KUCHING, Sept 7 – Sarawak needs to be selective in welcoming the right investors to avoid the state from becoming a “dumping ground” for unwanted industries, said Sarawak Economic Development Corporation (SEDC) chairman Tan Sri Abdul Aziz Hussain.

Taking this stand would also help the state to identify good investments that would not only provide profitable returns financially but also keep its environment protected, he said.

“I want to caution here. Actually there are a lot of people who want to come to Sarawak and take advantage of what we have — cheap lands, cheap power, cheap labour.

“Because of that, I think we need to be choosy in terms of selecting the right investors to come in,” he said.

He was speaking during a panel session at a webinar titled “Sarawak 2030: Turning Expectations into Reality” moderated by Universiti Malaysia Sarawak (Unimas) honorary professor Datuk Dr Madeline Berma today.

Meanwhile, Sarawak Regional Corridor Development Authority (Recoda) chief executive officer Datuk Ismawi Ismuni told the session that about RM71.1 billion of approved public and private investments had been received for the Sarawak Corridor of Renewable Energy (Score) since its establishment in 2008.

He said the state government was now focusing on developing the hinterlands, highlands and the northern side of the Score area, which cover about two-thirds of Sarawak’s landmass, through the establishment of three additional development agencies.

“The Upper Rajang Development Agency (URDA), Highland Development Agency (HDA) and Northern Region Development Agency (were formed) because these areas have their own potentials and need different approaches to bring in investments,” he said.

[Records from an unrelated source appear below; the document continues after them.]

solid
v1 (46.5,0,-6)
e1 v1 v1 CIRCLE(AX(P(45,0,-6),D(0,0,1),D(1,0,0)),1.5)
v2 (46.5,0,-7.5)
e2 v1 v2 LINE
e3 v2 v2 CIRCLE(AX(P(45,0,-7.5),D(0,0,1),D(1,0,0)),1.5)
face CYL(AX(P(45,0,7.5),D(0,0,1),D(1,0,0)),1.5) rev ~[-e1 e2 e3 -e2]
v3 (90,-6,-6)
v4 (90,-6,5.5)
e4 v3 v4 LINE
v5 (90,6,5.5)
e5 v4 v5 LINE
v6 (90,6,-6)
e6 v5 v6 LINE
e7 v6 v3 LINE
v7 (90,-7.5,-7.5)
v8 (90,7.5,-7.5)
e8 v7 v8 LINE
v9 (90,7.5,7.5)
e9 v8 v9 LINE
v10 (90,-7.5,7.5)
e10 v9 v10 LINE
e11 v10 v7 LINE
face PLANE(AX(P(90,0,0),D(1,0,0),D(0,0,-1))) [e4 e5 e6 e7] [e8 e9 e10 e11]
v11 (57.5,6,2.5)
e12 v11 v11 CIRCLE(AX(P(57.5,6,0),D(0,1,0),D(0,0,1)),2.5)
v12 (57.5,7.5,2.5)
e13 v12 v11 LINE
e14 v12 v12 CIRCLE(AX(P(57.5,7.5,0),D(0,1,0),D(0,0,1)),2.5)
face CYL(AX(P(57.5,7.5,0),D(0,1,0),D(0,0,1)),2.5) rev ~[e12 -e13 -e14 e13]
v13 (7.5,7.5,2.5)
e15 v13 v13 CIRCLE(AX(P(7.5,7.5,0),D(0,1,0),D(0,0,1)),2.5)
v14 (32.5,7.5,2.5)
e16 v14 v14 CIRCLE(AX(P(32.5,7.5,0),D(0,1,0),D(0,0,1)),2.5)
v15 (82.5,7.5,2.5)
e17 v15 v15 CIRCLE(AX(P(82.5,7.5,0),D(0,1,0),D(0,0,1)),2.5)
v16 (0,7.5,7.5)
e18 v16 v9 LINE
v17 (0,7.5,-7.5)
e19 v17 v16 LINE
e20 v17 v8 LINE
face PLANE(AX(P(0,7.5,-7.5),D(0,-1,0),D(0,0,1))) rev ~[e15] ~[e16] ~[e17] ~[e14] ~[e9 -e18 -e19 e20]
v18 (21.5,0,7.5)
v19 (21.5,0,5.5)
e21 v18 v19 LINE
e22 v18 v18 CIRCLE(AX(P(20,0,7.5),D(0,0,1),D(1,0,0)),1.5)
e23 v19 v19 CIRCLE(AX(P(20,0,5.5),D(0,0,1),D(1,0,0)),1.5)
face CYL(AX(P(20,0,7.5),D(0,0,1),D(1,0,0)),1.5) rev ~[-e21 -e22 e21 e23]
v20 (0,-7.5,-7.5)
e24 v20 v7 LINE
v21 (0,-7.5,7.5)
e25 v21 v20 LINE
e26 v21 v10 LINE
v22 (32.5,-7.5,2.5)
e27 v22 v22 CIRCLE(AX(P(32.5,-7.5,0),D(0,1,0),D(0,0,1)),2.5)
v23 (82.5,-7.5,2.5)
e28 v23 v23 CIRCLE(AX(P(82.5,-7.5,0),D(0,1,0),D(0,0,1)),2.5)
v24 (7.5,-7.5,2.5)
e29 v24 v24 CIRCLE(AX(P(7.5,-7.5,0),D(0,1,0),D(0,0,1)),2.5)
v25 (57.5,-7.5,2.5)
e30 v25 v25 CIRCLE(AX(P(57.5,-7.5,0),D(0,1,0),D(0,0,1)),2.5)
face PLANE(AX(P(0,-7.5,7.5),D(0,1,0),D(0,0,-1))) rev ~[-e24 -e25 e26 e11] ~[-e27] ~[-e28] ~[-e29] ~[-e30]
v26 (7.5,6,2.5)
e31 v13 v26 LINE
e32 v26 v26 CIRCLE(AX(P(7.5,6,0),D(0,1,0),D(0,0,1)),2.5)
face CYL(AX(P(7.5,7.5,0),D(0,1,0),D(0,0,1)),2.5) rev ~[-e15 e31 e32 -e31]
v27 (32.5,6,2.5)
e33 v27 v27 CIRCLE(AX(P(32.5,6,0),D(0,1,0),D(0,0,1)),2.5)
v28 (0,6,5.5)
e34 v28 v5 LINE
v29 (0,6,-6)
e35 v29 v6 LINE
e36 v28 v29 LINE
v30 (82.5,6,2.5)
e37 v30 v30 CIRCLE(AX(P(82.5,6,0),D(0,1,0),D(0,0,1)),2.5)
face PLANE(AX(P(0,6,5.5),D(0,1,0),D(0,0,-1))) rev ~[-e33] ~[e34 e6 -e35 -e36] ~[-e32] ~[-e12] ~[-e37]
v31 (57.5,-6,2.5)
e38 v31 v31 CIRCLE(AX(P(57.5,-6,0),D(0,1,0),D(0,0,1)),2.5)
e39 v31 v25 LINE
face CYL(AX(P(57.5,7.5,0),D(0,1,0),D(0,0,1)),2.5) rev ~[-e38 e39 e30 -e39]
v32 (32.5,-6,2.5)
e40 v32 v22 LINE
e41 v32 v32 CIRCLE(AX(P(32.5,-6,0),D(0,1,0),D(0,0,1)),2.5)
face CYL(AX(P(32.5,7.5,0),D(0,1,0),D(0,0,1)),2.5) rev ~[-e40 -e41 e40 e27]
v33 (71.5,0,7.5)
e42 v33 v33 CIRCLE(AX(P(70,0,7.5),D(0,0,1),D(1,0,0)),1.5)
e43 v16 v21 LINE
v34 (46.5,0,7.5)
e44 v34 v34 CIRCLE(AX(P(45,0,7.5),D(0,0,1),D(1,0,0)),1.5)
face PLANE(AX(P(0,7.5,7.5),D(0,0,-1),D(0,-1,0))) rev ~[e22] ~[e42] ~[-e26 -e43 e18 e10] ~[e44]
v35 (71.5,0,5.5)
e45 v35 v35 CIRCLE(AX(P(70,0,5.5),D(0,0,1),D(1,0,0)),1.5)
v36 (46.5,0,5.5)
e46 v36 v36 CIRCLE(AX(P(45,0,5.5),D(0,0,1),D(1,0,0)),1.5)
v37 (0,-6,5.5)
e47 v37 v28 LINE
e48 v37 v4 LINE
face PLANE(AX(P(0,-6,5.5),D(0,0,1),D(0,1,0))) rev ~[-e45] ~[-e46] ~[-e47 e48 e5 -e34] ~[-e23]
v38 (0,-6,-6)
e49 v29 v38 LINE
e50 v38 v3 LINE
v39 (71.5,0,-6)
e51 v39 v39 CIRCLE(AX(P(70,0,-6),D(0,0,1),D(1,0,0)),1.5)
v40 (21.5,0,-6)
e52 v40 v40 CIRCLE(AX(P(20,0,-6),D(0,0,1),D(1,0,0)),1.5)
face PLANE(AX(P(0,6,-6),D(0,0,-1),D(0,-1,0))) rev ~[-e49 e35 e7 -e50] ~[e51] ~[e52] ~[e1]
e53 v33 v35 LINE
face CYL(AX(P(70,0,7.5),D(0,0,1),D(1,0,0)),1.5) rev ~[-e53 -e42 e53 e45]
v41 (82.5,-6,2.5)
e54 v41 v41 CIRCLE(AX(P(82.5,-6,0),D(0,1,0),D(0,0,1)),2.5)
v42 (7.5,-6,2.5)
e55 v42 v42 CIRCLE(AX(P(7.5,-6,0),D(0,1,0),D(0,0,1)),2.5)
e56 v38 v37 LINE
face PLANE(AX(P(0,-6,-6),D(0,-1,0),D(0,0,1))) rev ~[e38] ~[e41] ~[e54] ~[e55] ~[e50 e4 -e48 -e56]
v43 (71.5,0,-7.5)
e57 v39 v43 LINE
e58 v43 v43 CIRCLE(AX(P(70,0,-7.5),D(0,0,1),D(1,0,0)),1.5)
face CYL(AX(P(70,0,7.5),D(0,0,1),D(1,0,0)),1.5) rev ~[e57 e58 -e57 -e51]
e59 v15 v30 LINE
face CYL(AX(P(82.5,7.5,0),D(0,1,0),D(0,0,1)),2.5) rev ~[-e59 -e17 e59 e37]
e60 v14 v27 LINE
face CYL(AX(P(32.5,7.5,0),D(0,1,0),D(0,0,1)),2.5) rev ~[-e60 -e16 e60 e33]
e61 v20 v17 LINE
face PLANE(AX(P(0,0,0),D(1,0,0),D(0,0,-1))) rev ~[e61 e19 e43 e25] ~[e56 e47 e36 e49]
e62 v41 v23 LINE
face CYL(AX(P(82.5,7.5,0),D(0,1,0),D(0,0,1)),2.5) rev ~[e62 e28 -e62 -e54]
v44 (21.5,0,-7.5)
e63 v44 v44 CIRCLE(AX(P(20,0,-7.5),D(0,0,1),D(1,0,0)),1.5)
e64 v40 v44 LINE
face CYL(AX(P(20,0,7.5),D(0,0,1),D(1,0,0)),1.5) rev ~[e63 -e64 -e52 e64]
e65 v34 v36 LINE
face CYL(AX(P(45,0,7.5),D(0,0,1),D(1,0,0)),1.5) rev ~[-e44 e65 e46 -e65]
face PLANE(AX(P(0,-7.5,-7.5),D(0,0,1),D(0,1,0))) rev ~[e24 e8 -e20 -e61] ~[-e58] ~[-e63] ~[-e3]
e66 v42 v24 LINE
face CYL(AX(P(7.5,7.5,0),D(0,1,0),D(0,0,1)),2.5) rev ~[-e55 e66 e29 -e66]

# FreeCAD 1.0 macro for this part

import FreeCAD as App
import Part
import Sketcher

V = App.Vector


def add_polygon(sketch, points):
    """Adds a closed chain of lines whose ends are joined by coincident constraints."""
    first, n = sketch.GeometryCount, len(points)
    for a, b in zip(points, points[1:] + points[:1]):
        sketch.addGeometry(Part.LineSegment(App.Vector(*a, 0), App.Vector(*b, 0)), False)
    for i in range(n):
        sketch.addConstraint(Sketcher.Constraint("Coincident", first + i, 2, first + (i + 1) % n, 1))

doc = App.newDocument("Part")
body = doc.addObject("PartDesign::Body", "Body")

# Sketch on YZ plane
sketch1 = body.newObject("Sketcher::SketchObject", "Sketch")
sketch1.AttachmentSupport = (doc.getObject("YZ_Plane"), [""])
sketch1.MapMode = "FlatFace"
add_polygon(sketch1, [(-8, -8), (8, -8), (8, 8), (-8, 8)])  # lines 0-3
add_polygon(sketch1, [(-6, -6), (-6, 6), (6, 6), (6, -6)])  # lines 4-7
sketch1.addConstraint([
    Sketcher.Constraint("Horizontal", 0),
    Sketcher.Constraint("Vertical", 1),
    Sketcher.Constraint("Horizontal", 2),
    Sketcher.Constraint("Vertical", 3),
    Sketcher.Constraint("Vertical", 4),
    Sketcher.Constraint("Horizontal", 5),
    Sketcher.Constraint("Vertical", 6),
    Sketcher.Constraint("Horizontal", 7),
    Sketcher.Constraint("Symmetric", 0, 2, 2, 2, -1, 1),
    Sketcher.Constraint("Equal", 2, 1),
    Sketcher.Constraint("DistanceX", 0, 1, 0, 2, 15.0),
    Sketcher.Constraint("DistanceX", 5, 1, 5, 2, 12.0),
    Sketcher.Constraint("DistanceY", 4, 1, 4, 2, 11.5),
    Sketcher.Constraint("DistanceX", 4, 2, -1, 1, 6.0),
    Sketcher.Constraint("DistanceY", 6, 2, -1, 1, 6.0),
])
pad1 = body.newObject("PartDesign::Pad", "Pad")
pad1.Profile = sketch1
pad1.Length = 90

# Sketch on XZ plane
sketch2 = body.newObject("Sketcher::SketchObject", "Sketch001")
sketch2.AttachmentSupport = (doc.getObject("XZ_Plane"), [""])
sketch2.MapMode = "FlatFace"
sketch2.AttachmentOffset = App.Placement(V(0, 0, -7.5), App.Rotation())
sketch2.addGeometry([
    Part.Circle(V(7.5, 0, 0), V(0, 0, 1), 2.5),
    Part.Circle(V(32.5, 0, 0), V(0, 0, 1), 2.5),
    Part.Circle(V(57.5, 0, 0), V(0, 0, 1), 2.5),
    Part.Circle(V(82.5, 0, 0), V(0, 0, 1), 2.5),
], False)
sketch2.addConstraint([
    Sketcher.Constraint("Equal", 0, 1),
    Sketcher.Constraint("Equal", 1, 2),
    Sketcher.Constraint("Equal", 2, 3),
    Sketcher.Constraint("PointOnObject", 0, 3, -1),
    Sketcher.Constraint("PointOnObject", 1, 3, -1),
    Sketcher.Constraint("PointOnObject", 2, 3, -1),
    Sketcher.Constraint("PointOnObject", 3, 3, -1),
    Sketcher.Constraint("Diameter", 0, 5.0),
    Sketcher.Constraint("DistanceX", 0, 3, 1, 3, 25.0),
    Sketcher.Constraint("DistanceX", 1, 3, 2, 3, 25.0),
    Sketcher.Constraint("DistanceX", 2, 3, 3, 3, 25.0),
    Sketcher.Constraint("DistanceX", -1, 1, 0, 3, 7.5),
])
pocket1 = body.newObject("PartDesign::Pocket", "Pocket")
pocket1.Profile = sketch2
pocket1.Type = "ThroughAll"
pocket1.Reversed = True

# Sketch on XY plane
sketch3 = body.newObject("Sketcher::SketchObject", "Sketch002")
sketch3.AttachmentSupport = (doc.getObject("XY_Plane"), [""])
sketch3.MapMode = "FlatFace"
sketch3.AttachmentOffset = App.Placement(V(0, 0, 7.5), App.Rotation())
sketch3.addGeometry([
    Part.Circle(V(45, 0, 0), V(0, 0, 1), 1.5),
    Part.Circle(V(20, 0, 0), V(0, 0, 1), 1.5),
    Part.Circle(V(70, 0, 0), V(0, 0, 1), 1.5),
], False)
sketch3.addConstraint([
    Sketcher.Constraint("Equal", 0, 1),
    Sketcher.Constraint("Equal", 1, 2),
    Sketcher.Constraint("PointOnObject", 0, 3, -1),
    Sketcher.Constraint("PointOnObject", 1, 3, -1),
    Sketcher.Constraint("PointOnObject", 2, 3, -1),
    Sketcher.Constraint("Diameter", 0, 3.0),
    Sketcher.Constraint("DistanceX", -1, 1, 0, 3, 45.0),
    Sketcher.Constraint("DistanceX", -1, 1, 1, 3, 20.0),
    Sketcher.Constraint("DistanceX", -1, 1, 2, 3, 70.0),
])
pocket2 = body.newObject("PartDesign::Pocket", "Pocket001")
pocket2.Profile = sketch3
pocket2.Type = "ThroughAll"

doc.recompute()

At the same session, Sarawak Economic Planning Unit director Dr Muhammad Abdullah Zaidel said he was confident that the state could achieve an annual Gross Domestic Product (GDP) growth of eight per cent towards 2030 as spelt out under its Post COVID-19 Development Strategy (PCDS).

“To achieve a developed state (status) by 2030 is a tall order — for us to achieve eight per cent GDP growth — but that is not impossible.

“By going to data innovation as our platform of economic growth, we believe that this can be achieved. By emphasising on digitalisation or automation and technology, we believe that we can leapfrog,” he added.